Goal of the exercise = From the entries below, transcribe exactly the lines between the line holding "#281=ADVANCED_BREP_SHAPE_REPRESENTATION('',(#280),#12);" and the line holding "from FreeCAD import Vector", inclusive; skip all other lines.

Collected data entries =
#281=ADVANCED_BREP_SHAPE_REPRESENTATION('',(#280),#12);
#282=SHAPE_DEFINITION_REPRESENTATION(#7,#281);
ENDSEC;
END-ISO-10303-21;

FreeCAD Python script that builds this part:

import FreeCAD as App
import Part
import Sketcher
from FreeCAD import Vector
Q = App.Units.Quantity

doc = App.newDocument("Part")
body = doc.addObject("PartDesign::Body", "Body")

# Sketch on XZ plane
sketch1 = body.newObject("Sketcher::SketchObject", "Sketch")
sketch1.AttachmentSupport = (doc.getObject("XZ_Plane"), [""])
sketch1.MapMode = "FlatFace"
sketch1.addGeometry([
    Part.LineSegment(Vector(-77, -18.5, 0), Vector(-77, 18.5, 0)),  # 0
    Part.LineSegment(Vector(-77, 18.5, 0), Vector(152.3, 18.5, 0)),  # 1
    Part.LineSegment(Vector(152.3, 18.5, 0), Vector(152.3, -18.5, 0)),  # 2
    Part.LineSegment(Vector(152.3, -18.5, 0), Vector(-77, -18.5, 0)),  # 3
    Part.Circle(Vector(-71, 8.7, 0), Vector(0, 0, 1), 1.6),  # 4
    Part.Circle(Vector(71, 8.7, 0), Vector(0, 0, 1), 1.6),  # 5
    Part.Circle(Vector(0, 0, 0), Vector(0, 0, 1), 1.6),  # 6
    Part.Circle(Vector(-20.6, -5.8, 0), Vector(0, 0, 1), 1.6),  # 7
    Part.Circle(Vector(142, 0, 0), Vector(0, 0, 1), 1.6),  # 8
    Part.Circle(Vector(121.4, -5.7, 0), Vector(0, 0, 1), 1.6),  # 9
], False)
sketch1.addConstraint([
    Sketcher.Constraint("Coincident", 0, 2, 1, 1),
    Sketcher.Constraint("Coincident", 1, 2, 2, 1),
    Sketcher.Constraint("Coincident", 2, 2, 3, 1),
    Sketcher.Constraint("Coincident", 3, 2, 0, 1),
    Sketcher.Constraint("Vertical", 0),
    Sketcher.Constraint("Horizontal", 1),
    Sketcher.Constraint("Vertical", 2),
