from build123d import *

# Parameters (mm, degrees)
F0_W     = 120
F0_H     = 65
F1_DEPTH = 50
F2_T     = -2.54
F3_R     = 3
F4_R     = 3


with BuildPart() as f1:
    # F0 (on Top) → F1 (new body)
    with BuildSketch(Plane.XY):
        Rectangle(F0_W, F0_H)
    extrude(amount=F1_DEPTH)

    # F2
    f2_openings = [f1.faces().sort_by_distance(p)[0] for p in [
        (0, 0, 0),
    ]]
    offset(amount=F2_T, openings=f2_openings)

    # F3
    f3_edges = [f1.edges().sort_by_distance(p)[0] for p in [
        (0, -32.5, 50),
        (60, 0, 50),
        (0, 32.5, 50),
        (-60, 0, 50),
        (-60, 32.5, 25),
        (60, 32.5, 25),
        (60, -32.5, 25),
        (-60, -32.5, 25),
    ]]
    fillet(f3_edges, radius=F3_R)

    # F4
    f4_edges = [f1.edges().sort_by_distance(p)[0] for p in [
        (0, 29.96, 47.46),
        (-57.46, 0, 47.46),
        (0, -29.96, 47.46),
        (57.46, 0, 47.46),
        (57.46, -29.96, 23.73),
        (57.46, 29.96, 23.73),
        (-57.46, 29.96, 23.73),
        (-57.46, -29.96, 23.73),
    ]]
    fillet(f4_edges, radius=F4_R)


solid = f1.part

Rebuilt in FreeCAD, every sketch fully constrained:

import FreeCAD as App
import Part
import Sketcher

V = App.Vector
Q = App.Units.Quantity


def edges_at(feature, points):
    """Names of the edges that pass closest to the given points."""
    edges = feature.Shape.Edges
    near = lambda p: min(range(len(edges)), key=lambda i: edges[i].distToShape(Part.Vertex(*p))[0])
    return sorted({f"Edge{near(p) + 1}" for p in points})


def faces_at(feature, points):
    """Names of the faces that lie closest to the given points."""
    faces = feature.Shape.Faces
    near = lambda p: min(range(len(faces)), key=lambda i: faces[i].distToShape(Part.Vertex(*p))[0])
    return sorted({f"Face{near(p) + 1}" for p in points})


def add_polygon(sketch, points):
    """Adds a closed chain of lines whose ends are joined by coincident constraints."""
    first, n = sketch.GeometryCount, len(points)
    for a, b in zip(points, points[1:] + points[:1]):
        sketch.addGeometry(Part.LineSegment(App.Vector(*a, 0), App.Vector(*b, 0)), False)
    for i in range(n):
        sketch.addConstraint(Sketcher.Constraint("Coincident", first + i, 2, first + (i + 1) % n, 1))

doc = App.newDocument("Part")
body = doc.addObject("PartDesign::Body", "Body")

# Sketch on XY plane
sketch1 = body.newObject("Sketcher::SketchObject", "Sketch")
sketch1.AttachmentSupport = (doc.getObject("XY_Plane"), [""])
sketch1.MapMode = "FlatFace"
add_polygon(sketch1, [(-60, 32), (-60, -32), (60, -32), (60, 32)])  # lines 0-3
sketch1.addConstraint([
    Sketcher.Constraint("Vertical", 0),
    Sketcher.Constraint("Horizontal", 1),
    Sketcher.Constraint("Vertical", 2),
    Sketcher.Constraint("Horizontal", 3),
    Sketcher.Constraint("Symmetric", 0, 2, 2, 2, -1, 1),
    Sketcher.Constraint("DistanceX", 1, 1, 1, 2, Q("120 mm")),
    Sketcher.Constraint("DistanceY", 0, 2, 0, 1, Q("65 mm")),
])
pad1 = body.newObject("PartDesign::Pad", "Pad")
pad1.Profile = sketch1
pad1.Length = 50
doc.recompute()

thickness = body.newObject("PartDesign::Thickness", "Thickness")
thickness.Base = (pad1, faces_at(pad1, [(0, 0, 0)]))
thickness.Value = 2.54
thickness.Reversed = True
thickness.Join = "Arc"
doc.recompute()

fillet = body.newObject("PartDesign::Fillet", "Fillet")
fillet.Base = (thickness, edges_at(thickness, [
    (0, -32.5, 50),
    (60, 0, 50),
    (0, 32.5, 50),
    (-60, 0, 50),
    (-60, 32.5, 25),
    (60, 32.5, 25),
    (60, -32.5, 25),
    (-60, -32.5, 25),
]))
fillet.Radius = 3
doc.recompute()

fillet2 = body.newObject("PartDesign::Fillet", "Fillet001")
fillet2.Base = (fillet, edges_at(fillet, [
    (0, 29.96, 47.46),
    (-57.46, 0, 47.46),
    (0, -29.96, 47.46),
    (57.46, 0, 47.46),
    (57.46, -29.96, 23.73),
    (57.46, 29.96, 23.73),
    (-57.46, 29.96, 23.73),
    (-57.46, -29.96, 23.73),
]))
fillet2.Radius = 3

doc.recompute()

...

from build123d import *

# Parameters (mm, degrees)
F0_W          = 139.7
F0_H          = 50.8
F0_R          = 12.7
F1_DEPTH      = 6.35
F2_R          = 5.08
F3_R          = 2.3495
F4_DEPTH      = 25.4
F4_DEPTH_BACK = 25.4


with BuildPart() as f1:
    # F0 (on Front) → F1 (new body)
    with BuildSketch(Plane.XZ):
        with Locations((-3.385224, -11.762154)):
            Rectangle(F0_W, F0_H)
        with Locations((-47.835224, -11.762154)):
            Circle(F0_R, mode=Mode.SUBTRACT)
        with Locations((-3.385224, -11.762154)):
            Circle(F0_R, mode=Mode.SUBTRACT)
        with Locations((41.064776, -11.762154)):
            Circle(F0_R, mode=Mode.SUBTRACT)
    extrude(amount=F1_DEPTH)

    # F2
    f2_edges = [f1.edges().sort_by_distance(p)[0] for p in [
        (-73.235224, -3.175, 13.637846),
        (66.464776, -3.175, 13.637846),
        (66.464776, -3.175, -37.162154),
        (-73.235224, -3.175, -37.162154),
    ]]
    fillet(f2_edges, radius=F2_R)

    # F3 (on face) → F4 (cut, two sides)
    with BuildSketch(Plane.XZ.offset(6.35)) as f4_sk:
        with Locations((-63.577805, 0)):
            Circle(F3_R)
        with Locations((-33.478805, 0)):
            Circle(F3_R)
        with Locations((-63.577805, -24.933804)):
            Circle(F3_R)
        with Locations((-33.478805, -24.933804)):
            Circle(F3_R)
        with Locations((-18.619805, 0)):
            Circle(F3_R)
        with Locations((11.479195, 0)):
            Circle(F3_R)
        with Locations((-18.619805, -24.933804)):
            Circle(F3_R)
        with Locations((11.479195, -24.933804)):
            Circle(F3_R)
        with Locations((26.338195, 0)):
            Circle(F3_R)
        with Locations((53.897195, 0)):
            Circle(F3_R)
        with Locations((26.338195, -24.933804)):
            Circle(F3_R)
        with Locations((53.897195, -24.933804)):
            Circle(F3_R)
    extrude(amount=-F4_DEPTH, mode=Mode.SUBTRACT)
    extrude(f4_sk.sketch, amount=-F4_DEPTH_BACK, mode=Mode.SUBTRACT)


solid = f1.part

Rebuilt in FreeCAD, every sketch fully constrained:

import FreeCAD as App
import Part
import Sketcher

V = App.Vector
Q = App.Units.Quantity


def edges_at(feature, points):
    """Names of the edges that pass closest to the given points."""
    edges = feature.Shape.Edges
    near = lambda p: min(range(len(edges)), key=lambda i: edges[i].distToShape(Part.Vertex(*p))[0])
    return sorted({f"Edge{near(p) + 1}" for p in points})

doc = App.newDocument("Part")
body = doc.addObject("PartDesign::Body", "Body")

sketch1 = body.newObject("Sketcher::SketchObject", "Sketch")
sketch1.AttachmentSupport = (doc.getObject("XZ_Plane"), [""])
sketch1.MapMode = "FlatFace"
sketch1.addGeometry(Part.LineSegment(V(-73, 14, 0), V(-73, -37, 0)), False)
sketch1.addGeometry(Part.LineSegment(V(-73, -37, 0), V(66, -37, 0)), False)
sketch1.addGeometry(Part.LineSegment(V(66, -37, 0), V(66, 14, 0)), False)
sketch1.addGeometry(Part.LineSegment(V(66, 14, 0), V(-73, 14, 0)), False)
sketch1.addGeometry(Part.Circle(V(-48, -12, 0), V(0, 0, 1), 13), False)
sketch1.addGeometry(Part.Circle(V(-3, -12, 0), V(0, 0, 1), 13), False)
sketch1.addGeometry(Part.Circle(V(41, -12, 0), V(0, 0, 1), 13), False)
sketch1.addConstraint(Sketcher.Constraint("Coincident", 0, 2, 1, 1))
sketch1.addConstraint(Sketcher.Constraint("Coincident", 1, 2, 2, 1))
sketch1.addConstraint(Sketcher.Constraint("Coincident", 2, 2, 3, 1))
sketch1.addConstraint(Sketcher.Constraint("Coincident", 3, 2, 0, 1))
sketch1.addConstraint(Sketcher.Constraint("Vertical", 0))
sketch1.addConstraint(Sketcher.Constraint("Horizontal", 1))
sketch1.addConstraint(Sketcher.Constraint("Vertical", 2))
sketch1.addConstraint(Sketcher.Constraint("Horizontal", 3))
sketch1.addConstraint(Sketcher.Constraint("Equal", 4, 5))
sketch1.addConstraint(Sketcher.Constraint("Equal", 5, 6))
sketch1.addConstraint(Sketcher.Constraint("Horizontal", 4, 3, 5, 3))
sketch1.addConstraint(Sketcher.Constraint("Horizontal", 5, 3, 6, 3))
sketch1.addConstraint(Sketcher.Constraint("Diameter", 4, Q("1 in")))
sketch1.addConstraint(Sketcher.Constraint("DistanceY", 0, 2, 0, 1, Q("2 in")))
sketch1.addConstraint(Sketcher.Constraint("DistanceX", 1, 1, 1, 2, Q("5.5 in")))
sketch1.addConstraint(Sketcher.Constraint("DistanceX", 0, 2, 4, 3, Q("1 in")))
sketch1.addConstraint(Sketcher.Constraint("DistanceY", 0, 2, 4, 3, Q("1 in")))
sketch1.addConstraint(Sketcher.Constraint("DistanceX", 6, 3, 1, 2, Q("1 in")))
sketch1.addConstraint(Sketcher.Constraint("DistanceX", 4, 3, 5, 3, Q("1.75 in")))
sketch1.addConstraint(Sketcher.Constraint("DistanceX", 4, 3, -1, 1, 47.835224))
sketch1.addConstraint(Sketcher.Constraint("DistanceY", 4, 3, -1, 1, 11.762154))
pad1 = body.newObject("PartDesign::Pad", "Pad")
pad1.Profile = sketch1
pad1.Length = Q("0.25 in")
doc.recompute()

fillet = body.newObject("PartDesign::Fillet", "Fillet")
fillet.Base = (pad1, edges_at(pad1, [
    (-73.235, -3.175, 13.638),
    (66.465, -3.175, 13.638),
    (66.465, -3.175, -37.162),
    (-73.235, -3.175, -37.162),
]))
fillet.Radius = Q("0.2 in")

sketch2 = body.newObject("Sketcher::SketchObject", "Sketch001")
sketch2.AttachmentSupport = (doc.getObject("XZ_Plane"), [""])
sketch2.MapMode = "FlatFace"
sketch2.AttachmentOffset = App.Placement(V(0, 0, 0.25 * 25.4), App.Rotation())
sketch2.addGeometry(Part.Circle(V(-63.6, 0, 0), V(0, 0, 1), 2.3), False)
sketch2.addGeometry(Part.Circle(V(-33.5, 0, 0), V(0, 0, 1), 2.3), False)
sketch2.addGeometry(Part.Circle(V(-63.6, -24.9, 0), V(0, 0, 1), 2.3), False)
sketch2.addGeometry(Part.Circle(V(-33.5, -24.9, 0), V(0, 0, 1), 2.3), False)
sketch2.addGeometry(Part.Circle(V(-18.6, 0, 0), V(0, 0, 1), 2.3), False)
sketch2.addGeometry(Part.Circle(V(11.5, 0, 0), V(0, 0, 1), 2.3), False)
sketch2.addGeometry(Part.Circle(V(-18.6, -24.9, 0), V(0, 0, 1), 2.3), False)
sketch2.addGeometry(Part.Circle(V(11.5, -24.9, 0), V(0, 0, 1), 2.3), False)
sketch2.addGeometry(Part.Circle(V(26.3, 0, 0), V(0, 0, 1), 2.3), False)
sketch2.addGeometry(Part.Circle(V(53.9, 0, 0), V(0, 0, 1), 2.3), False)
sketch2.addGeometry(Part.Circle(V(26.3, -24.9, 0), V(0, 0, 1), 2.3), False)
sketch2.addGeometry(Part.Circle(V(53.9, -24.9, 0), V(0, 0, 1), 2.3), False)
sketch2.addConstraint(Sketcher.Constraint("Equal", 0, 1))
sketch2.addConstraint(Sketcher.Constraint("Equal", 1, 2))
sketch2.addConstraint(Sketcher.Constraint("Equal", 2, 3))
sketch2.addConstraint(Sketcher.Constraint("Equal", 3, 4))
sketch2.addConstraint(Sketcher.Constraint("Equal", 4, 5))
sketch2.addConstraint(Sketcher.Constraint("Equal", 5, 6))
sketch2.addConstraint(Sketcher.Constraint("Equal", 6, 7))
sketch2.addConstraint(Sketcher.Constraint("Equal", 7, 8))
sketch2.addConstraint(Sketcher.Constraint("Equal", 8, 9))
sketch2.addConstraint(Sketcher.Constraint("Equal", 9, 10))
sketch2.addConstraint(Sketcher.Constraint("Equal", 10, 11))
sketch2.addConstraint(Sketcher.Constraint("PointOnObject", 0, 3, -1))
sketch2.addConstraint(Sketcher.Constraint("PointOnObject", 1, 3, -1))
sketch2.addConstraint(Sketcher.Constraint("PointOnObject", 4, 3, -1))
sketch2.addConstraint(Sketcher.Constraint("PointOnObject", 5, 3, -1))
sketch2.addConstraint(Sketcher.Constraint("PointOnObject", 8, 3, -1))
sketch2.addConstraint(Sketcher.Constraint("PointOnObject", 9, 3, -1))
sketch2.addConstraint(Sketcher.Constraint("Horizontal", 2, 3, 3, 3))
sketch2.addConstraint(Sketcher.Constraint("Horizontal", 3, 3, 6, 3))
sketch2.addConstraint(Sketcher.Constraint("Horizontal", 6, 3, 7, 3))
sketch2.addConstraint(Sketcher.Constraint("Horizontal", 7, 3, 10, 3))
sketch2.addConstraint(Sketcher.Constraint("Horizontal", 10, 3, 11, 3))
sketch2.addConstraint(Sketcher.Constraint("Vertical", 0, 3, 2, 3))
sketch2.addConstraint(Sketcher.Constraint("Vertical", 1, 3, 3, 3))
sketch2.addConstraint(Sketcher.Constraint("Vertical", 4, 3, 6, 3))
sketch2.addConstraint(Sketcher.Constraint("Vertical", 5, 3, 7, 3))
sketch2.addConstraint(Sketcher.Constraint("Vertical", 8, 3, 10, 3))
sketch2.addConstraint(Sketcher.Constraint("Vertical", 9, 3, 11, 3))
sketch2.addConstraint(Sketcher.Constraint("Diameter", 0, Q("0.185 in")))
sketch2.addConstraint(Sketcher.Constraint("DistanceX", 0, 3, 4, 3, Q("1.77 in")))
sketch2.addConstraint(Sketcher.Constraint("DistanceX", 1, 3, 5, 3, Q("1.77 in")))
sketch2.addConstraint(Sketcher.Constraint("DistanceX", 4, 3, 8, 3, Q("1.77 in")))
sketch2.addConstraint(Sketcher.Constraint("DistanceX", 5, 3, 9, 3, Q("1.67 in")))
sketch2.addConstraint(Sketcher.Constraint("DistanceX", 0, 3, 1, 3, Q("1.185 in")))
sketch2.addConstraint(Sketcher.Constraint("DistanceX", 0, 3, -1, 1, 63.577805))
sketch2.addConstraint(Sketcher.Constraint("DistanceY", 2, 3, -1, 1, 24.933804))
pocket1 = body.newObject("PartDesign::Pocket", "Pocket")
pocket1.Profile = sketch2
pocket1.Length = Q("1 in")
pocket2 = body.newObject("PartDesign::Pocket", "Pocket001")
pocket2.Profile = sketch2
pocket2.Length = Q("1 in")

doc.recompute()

Task result =
#281=ADVANCED_BREP_SHAPE_REPRESENTATION('',(#280),#12);
#282=SHAPE_DEFINITION_REPRESENTATION(#7,#281);
ENDSEC;
END-ISO-10303-21;

FreeCAD Python script that builds this part:

import FreeCAD as App
import Part
import Sketcher
from FreeCAD import Vector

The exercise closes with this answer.